## What to produce:
Your task is to repeat exactly the lines below between the line holding "#50=EDGE_CURVE('',#47,#41,#49,.T.);" and the line holding "#87=EDGE_LOOP('',(#86));", inclusive, and only those.

Stored data:

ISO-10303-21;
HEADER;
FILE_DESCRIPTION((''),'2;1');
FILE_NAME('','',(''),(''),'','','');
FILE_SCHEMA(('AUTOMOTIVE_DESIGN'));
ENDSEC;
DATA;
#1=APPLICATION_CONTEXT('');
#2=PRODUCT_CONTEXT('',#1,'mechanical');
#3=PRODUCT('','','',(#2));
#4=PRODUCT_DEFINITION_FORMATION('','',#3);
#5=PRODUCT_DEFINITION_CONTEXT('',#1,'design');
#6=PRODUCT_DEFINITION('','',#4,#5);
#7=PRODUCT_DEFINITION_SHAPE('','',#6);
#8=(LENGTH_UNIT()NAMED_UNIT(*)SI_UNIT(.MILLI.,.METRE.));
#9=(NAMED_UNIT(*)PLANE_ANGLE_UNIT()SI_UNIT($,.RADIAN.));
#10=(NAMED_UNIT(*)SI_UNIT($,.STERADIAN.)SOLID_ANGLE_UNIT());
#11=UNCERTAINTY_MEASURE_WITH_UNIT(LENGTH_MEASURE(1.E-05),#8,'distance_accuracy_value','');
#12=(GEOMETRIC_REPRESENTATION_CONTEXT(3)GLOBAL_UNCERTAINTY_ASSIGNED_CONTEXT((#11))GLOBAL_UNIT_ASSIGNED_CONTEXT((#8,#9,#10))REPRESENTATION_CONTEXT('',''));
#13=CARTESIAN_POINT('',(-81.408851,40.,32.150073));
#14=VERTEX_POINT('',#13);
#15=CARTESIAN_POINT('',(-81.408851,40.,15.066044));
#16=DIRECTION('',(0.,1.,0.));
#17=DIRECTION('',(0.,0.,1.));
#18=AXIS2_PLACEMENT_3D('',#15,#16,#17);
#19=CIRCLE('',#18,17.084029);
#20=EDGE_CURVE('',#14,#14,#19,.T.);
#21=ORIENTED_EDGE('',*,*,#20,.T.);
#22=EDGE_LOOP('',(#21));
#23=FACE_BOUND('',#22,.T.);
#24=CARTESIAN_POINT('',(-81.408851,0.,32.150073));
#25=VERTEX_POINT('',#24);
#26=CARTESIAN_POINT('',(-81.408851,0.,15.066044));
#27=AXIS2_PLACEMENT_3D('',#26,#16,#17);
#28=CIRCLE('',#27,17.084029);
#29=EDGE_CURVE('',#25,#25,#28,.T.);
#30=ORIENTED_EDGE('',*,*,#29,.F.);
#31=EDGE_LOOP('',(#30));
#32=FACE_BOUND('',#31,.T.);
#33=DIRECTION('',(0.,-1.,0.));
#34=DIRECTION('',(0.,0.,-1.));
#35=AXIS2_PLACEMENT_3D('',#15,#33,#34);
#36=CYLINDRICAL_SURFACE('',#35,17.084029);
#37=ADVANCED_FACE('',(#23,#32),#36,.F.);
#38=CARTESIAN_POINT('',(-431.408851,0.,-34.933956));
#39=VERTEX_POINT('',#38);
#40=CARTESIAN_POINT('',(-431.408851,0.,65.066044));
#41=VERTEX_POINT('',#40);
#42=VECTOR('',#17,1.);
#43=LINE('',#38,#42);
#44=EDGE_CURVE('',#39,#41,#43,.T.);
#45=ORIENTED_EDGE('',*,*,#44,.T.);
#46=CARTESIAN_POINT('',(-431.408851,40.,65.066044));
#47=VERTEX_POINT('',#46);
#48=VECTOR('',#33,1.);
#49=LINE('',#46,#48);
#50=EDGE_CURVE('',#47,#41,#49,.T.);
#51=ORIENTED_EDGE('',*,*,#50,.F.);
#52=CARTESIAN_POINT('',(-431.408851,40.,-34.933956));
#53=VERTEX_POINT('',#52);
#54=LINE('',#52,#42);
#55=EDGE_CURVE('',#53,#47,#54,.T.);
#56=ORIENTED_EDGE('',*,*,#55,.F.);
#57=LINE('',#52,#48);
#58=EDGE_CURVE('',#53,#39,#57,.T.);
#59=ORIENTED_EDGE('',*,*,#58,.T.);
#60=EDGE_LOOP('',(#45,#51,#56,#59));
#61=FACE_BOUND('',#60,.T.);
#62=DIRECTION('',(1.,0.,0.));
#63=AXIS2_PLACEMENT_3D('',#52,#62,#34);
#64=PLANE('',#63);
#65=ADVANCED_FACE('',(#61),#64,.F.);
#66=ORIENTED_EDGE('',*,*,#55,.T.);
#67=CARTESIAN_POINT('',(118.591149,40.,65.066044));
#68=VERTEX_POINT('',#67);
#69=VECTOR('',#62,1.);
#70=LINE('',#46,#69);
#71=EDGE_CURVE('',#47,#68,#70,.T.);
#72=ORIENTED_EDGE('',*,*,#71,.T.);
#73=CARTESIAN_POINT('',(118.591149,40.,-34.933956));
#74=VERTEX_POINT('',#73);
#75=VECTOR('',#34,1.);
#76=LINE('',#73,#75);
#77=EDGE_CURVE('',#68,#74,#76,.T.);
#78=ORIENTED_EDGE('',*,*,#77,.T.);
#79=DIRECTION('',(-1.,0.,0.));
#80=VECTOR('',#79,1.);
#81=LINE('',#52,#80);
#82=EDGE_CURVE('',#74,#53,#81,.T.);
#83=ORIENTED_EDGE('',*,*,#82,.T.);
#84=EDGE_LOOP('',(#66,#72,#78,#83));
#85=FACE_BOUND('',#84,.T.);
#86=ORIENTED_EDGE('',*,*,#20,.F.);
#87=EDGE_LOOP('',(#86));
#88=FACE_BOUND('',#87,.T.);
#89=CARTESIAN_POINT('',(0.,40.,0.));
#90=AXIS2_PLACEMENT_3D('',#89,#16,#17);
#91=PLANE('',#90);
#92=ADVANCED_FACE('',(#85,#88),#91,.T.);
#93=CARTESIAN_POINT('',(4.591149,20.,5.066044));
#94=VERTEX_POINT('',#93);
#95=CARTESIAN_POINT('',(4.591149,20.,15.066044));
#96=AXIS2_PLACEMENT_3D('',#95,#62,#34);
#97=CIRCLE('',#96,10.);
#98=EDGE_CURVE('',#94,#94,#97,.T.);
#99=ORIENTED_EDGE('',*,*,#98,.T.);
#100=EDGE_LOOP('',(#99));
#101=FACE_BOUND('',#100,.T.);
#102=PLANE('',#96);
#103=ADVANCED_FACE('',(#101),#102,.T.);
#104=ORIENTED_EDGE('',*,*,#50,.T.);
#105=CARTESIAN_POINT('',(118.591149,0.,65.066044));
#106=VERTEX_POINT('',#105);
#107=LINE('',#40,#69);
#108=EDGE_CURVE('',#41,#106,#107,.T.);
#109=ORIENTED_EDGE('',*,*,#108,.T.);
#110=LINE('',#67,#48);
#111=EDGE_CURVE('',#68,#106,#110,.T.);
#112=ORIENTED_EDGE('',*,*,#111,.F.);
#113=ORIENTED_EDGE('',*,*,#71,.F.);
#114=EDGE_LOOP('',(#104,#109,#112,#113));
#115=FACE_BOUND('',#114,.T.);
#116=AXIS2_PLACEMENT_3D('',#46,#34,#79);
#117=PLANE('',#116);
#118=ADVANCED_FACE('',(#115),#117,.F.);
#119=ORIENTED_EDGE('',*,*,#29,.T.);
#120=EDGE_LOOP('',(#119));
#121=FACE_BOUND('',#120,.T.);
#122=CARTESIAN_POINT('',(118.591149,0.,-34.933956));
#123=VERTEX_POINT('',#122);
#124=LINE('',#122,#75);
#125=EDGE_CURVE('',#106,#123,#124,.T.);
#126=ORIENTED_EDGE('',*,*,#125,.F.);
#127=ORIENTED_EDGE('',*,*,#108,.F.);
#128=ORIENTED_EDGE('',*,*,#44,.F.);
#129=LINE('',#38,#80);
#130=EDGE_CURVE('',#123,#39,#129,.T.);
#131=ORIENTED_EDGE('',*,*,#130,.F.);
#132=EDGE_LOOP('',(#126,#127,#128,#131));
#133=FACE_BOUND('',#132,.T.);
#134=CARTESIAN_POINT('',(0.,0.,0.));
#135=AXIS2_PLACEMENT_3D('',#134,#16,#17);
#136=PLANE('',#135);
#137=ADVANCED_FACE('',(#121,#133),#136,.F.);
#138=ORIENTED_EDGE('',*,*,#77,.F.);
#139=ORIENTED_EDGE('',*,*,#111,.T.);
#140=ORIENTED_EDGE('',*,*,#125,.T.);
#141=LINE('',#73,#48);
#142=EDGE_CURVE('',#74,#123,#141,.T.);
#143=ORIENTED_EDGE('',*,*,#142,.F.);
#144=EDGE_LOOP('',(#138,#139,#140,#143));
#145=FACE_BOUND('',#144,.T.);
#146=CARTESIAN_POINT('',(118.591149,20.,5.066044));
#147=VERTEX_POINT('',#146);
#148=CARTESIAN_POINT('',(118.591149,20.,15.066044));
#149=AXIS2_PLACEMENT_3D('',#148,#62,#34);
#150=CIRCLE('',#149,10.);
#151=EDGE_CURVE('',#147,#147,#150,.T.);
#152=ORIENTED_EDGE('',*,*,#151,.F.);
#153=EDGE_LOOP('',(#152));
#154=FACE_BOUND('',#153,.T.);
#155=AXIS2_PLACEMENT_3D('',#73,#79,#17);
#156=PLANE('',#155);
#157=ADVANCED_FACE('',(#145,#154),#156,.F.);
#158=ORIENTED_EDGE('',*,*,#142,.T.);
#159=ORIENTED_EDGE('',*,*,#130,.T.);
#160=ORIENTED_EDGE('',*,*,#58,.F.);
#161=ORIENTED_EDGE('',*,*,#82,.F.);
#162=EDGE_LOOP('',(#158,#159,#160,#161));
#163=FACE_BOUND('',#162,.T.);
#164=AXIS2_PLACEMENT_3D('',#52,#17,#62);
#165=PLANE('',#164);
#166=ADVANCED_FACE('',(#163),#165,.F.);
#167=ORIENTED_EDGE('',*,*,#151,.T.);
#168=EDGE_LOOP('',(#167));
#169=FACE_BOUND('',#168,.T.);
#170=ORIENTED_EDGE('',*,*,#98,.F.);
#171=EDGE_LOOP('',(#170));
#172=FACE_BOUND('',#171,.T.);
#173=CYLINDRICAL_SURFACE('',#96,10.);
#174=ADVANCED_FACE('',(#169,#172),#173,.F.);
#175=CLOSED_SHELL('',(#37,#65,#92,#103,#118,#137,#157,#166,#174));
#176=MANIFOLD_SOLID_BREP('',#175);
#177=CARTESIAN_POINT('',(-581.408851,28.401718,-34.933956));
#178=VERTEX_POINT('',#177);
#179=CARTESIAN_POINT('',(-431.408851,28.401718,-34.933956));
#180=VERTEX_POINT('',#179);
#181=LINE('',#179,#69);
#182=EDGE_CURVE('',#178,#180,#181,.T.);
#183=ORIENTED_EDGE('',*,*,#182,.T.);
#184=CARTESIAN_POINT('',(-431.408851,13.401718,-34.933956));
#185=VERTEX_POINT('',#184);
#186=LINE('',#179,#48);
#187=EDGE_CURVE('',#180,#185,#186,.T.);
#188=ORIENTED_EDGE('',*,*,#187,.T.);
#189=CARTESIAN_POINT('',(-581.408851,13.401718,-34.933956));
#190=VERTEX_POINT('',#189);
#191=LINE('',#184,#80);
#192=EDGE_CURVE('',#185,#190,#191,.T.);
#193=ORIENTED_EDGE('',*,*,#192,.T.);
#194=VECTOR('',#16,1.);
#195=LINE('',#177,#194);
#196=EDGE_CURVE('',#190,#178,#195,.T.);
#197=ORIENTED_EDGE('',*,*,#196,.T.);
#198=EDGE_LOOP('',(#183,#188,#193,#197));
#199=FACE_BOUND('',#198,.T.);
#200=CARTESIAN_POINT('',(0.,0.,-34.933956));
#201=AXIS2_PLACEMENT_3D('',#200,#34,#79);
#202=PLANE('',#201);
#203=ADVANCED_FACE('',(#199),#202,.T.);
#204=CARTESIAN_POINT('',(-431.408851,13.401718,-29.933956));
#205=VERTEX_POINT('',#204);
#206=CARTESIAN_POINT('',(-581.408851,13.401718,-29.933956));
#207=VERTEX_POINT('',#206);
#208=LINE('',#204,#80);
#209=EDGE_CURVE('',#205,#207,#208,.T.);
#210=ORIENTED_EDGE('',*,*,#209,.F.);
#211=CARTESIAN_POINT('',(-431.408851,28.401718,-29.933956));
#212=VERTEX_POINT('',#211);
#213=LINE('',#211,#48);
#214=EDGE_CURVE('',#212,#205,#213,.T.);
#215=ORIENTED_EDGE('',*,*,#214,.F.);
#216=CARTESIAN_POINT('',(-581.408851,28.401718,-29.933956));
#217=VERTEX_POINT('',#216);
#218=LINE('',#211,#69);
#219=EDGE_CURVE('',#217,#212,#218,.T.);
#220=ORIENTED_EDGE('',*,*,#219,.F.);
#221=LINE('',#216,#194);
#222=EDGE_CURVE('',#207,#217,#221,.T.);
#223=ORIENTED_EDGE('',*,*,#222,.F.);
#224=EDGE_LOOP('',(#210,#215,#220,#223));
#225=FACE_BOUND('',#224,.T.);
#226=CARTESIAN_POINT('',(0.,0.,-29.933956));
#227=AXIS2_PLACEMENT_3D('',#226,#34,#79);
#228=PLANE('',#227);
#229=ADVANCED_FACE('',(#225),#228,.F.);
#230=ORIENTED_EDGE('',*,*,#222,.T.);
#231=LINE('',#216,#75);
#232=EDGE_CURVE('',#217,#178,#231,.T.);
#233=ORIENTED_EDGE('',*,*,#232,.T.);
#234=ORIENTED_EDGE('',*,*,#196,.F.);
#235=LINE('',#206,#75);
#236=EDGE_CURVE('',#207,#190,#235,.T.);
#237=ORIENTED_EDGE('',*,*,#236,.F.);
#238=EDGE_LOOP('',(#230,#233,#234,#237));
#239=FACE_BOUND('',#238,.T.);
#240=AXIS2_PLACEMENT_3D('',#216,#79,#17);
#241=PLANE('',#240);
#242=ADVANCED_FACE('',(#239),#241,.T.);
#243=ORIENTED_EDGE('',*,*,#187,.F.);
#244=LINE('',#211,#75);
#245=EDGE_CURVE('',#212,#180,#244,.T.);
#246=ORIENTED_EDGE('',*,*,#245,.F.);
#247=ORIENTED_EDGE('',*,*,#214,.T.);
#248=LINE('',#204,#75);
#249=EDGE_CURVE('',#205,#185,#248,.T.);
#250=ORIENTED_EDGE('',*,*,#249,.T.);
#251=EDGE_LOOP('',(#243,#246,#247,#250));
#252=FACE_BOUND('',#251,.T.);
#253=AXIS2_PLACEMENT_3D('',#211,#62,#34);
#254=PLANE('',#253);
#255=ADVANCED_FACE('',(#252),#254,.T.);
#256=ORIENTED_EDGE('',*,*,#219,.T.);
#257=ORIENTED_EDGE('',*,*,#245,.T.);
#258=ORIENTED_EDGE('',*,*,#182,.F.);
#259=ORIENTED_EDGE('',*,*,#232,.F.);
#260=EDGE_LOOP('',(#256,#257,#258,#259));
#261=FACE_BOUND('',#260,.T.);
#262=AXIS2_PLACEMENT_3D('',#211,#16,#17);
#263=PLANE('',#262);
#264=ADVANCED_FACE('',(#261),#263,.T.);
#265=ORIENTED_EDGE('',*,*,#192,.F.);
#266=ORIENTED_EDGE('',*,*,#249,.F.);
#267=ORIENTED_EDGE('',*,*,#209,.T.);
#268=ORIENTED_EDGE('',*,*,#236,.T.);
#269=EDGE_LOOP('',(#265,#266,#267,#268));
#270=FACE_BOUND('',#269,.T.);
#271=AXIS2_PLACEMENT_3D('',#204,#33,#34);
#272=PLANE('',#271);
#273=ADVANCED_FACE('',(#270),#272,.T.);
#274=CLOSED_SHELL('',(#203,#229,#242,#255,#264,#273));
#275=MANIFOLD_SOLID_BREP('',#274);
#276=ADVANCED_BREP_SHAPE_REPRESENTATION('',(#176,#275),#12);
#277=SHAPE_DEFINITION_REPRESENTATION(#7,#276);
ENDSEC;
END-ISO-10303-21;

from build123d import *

# Parameters (mm, degrees)
SKETCH1_W           = 550
SKETCH1_H           = 100
SKETCH1_R           = 17.084029422
BOSS_EXTRUDE1_DEPTH = 40
SKETCH2_R           = 10
CUT_EXTRUDE1_DEPTH  = 114
SKETCH3_W           = 150
SKETCH3_H           = 15
BOSS_EXTRUDE2_DEPTH = 5


with BuildPart() as part:
    # Sketch1 → Boss-Extrude1 (new body)
    with BuildSketch(Plane(origin=(0, 0, 0), x_dir=(1, 0, 0), z_dir=(0, 1, 0))):
        with Locations((-156.408850848, -15.066043846)):
            Rectangle(SKETCH1_W, SKETCH1_H)
        with Locations(Location((-81.408850848, -15.066043846, 0), (0, 0, 270))):
            Circle(SKETCH1_R, mode=Mode.SUBTRACT)
    extrude(amount=BOSS_EXTRUDE1_DEPTH)

    # Sketch2 → Cut-Extrude1 (cut)
    with BuildSketch(Plane(origin=(118.591149152, 0, 0), x_dir=(0, 0, -1), z_dir=(1, 0, 0))):
        with Locations((-15.066043846, 20)):
            Circle(SKETCH2_R)
    extrude(amount=-CUT_EXTRUDE1_DEPTH, mode=Mode.SUBTRACT)


with BuildPart() as body_2:
    # Sketch3 → Boss-Extrude2 (new body)
    with BuildSketch(Plane(origin=(0, 0, -34.933956154), x_dir=(-1, 0, 0), z_dir=(0, 0, -1))):
        with Locations((506.408850848, 20.90171756)):
            Rectangle(SKETCH3_W, SKETCH3_H)
    extrude(amount=-BOSS_EXTRUDE2_DEPTH)


solid = Compound([part.part, body_2.part])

## Answer box:
#50=EDGE_CURVE('',#47,#41,#49,.T.);
#51=ORIENTED_EDGE('',*,*,#50,.F.);
#52=CARTESIAN_POINT('',(-431.408851,40.,-34.933956));
#53=VERTEX_POINT('',#52);
#54=LINE('',#52,#42);
#55=EDGE_CURVE('',#53,#47,#54,.T.);
#56=ORIENTED_EDGE('',*,*,#55,.F.);
#57=LINE('',#52,#48);
#58=EDGE_CURVE('',#53,#39,#57,.T.);
#59=ORIENTED_EDGE('',*,*,#58,.T.);
#60=EDGE_LOOP('',(#45,#51,#56,#59));
#61=FACE_BOUND('',#60,.T.);
#62=DIRECTION('',(1.,0.,0.));
#63=AXIS2_PLACEMENT_3D('',#52,#62,#34);
#64=PLANE('',#63);
#65=ADVANCED_FACE('',(#61),#64,.F.);
#66=ORIENTED_EDGE('',*,*,#55,.T.);
#67=CARTESIAN_POINT('',(118.591149,40.,65.066044));
#68=VERTEX_POINT('',#67);
#69=VECTOR('',#62,1.);
#70=LINE('',#46,#69);
#71=EDGE_CURVE('',#47,#68,#70,.T.);
#72=ORIENTED_EDGE('',*,*,#71,.T.);
#73=CARTESIAN_POINT('',(118.591149,40.,-34.933956));
#74=VERTEX_POINT('',#73);
#75=VECTOR('',#34,1.);
#76=LINE('',#73,#75);
#77=EDGE_CURVE('',#68,#74,#76,.T.);
#78=ORIENTED_EDGE('',*,*,#77,.T.);
#79=DIRECTION('',(-1.,0.,0.));
#80=VECTOR('',#79,1.);
#81=LINE('',#52,#80);
#82=EDGE_CURVE('',#74,#53,#81,.T.);
#83=ORIENTED_EDGE('',*,*,#82,.T.);
#84=EDGE_LOOP('',(#66,#72,#78,#83));
#85=FACE_BOUND('',#84,.T.);
#86=ORIENTED_EDGE('',*,*,#20,.F.);
#87=EDGE_LOOP('',(#86));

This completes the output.